Alsény Sall, porte-parole de l’Organisation guinéenne des droits de l’homme. « Pour nous, le premier travail que le CNRD devrait faire, c’est de soumettre son dossier à la justice qui est la seule habilité de décider des droits et libertés des citoyens. D’autant plus il y avait déjà des plaintes contre monsieur Alpha Condé, mais aussi contre certains de ses collaborateurs sur les cas de violations des droits de l’homme. C’est ce qui avait expliqué une adhésion totale des militants pro-démocratie au coup d’Etat ».

L'ultimatum de la Cédéao a peut-être contribué à la libération de l'ancien président.
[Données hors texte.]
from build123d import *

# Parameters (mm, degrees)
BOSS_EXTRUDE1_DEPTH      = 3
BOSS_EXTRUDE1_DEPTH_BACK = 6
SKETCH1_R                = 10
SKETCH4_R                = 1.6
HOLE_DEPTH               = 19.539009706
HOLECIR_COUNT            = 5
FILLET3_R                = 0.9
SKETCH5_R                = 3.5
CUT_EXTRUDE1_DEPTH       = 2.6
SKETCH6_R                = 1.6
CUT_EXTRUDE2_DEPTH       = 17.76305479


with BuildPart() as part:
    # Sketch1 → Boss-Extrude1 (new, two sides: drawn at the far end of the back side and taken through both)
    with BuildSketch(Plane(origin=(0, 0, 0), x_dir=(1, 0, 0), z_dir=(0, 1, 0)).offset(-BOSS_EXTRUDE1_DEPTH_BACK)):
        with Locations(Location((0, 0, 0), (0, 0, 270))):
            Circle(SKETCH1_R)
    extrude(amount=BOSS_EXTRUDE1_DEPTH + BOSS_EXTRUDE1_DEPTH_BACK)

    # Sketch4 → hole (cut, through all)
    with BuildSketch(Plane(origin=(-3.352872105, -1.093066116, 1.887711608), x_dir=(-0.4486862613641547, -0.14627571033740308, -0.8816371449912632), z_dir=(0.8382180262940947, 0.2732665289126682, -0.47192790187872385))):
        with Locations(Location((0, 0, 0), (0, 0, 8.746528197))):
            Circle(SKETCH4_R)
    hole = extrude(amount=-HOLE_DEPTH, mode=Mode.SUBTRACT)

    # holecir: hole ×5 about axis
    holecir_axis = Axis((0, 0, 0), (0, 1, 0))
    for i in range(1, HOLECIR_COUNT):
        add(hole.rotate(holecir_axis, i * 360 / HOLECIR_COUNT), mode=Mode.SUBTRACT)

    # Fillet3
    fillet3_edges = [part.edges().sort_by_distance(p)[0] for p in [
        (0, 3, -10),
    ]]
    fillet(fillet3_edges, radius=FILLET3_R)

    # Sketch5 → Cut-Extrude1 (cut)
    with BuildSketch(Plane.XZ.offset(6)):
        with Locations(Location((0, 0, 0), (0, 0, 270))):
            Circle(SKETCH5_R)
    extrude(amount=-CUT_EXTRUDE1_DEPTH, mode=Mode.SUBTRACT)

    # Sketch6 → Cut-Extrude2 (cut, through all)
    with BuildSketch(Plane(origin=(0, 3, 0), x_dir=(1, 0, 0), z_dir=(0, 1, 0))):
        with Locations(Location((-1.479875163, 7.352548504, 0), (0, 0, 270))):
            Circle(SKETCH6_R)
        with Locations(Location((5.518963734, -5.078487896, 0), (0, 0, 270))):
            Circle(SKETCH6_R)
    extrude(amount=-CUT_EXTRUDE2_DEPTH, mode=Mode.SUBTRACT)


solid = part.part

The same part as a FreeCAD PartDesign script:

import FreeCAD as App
import Part
import Sketcher


def edges_at(feature, points):
    """Names of the edges that pass closest to the given points."""
    edges = feature.Shape.Edges
    near = lambda p: min(range(len(edges)), key=lambda i: edges[i].distToShape(Part.Vertex(*p))[0])
    return sorted({f"Edge{near(p) + 1}" for p in points})

doc = App.newDocument("Part")
body = doc.addObject("PartDesign::Body", "Body")

# Sketch on XZ plane
sketch1 = doc.addObject("Sketcher::SketchObject", "Sketch")
body.addObject(sketch1)
sketch1.AttachmentSupport = (doc.XZ_Plane, [""])
sketch1.MapMode = "FlatFace"
sketch1.addGeometry(Part.Circle(App.Vector(0, 0, 0), App.Vector(0, 0, 1), 10), False)
sketch1.addConstraint([
    Sketcher.Constraint("Coincident", 0, 3, -1, 1),
    Sketcher.Constraint("Diameter", 0, 20.0),
])
pad1 = doc.addObject("PartDesign::Pad", "Pad")
body.addObject(pad1)
pad1.Profile = sketch1
pad1.Type = "TwoLengths"
pad1.Length = 3
pad1.Length2 = 6
pad1.Reversed = True

# Sketch on an angled plane
sketch2 = doc.addObject("Sketcher::SketchObject", "Sketch001")
body.addObject(sketch2)
sketch2.Placement = App.Placement(App.Vector(-3.352872, -1.093066, 1.887712), App.Rotation(App.Vector(-0.448686261, -0.14627571, -0.881637145), App.Vector(-0.309953511, 0.950751713, 0), App.Vector(0.838218026, 0.273266529, -0.471927902), "ZXY"))
sketch2.addGeometry(Part.Circle(App.Vector(0, 0, 0), App.Vector(0, 0, 1), 1.6), False)
sketch2.addConstraint([
    Sketcher.Constraint("Coincident", 0, 3, -1, 1),
    Sketcher.Constraint("Diameter", 0, 3.2),
])
pocket1 = doc.addObject("PartDesign::Pocket", "Pocket")
body.addObject(pocket1)
pocket1.Profile = sketch2
pocket1.Type = "ThroughAll"
doc.recompute()

polarpattern = doc.addObject("PartDesign::PolarPattern", "PolarPattern")
body.addObject(polarpattern)
polarpattern.Originals = [pocket1]
polarpattern.Axis = (doc.Y_Axis, [""])
polarpattern.Angle = 360
polarpattern.Occurrences = 5
body.Tip = polarpattern
doc.recompute()

fillet = doc.addObject("PartDesign::Fillet", "Fillet")
body.addObject(fillet)
fillet.Base = (polarpattern, edges_at(polarpattern, [(0, 3, -10)]))
fillet.Radius = 0.9

# Sketch on XZ plane
sketch3 = doc.addObject("Sketcher::SketchObject", "Sketch002")
body.addObject(sketch3)
sketch3.AttachmentSupport = (doc.XZ_Plane, [""])
sketch3.MapMode = "FlatFace"
sketch3.AttachmentOffset = App.Placement(App.Vector(0, 0, 6), App.Rotation())
sketch3.addGeometry(Part.Circle(App.Vector(0, 0, 0), App.Vector(0, 0, 1), 3.5), False)
sketch3.addConstraint([
    Sketcher.Constraint("Coincident", 0, 3, -1, 1),
    Sketcher.Constraint("Diameter", 0, 7.0),
])
pocket2 = doc.addObject("PartDesign::Pocket", "Pocket001")
body.addObject(pocket2)
pocket2.Profile = sketch3
pocket2.Length = 2.6

# Sketch on XZ plane
sketch4 = doc.addObject("Sketcher::SketchObject", "Sketch003")
body.addObject(sketch4)
sketch4.AttachmentSupport = (doc.XZ_Plane, [""])
sketch4.MapMode = "FlatFace"
sketch4.AttachmentOffset = App.Placement(App.Vector(0, 0, -3), App.Rotation())
sketch4.addGeometry([
    Part.Circle(App.Vector(-1.5, -7.4, 0), App.Vector(0, 0, 1), 1.6),
    Part.Circle(App.Vector(5.5, 5.1, 0), App.Vector(0, 0, 1), 1.6),
], False)
sketch4.addConstraint([
    Sketcher.Constraint("Equal", 0, 1),
    Sketcher.Constraint("Diameter", 0, 3.2),
    Sketcher.Constraint("DistanceY", 0, 3, -1, 1, 7.352549),
    Sketcher.Constraint("DistanceX", 0, 3, 1, 3, 6.998839),
    Sketcher.Constraint("DistanceX", 0, 3, -1, 1, 1.479875),
    Sketcher.Constraint("DistanceY", -1, 1, 1, 3, 5.078488),
])
pocket3 = doc.addObject("PartDesign::Pocket", "Pocket002")
body.addObject(pocket3)
pocket3.Profile = sketch4
pocket3.Type = "ThroughAll"
pocket3.Reversed = True

doc.recompute()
La réaction de Sékou Koundouno, responsable de la stratégie et planification du FNDC : « Il ne faudrait pas que le CNRD se trompe de stratégie. Nullement la Cédéao n’a fait cas de la libération d’Alpha Condé. S’ils le font, peut-être que c’est une stratégie de communication, mais ce n’est pas la demande de la Cédéao ».

 

Cet activiste de la société civile demande à la junte « de ne pas confondre un régime de transition à un régime issu des urnes ». « Nous sommes en période de transition, il faut le dialogue, poursuit-il, il faut la concertation entre l’ensemble des forces vives de la nation, par ce que en tout été de cause aucune entité aujourd’hui ne bénéficie d’une légitimité ».

Le RPG, l’ex-parti au pouvoir qui avait fait de la libération d’Alpha Condé l’une de ses exigences majeures avant de prendre part aux assises nationales et aux concertations politiques initiées par la junte, attend l’effectivité de cette libération pour réagir, a dit l’un de ses responsables.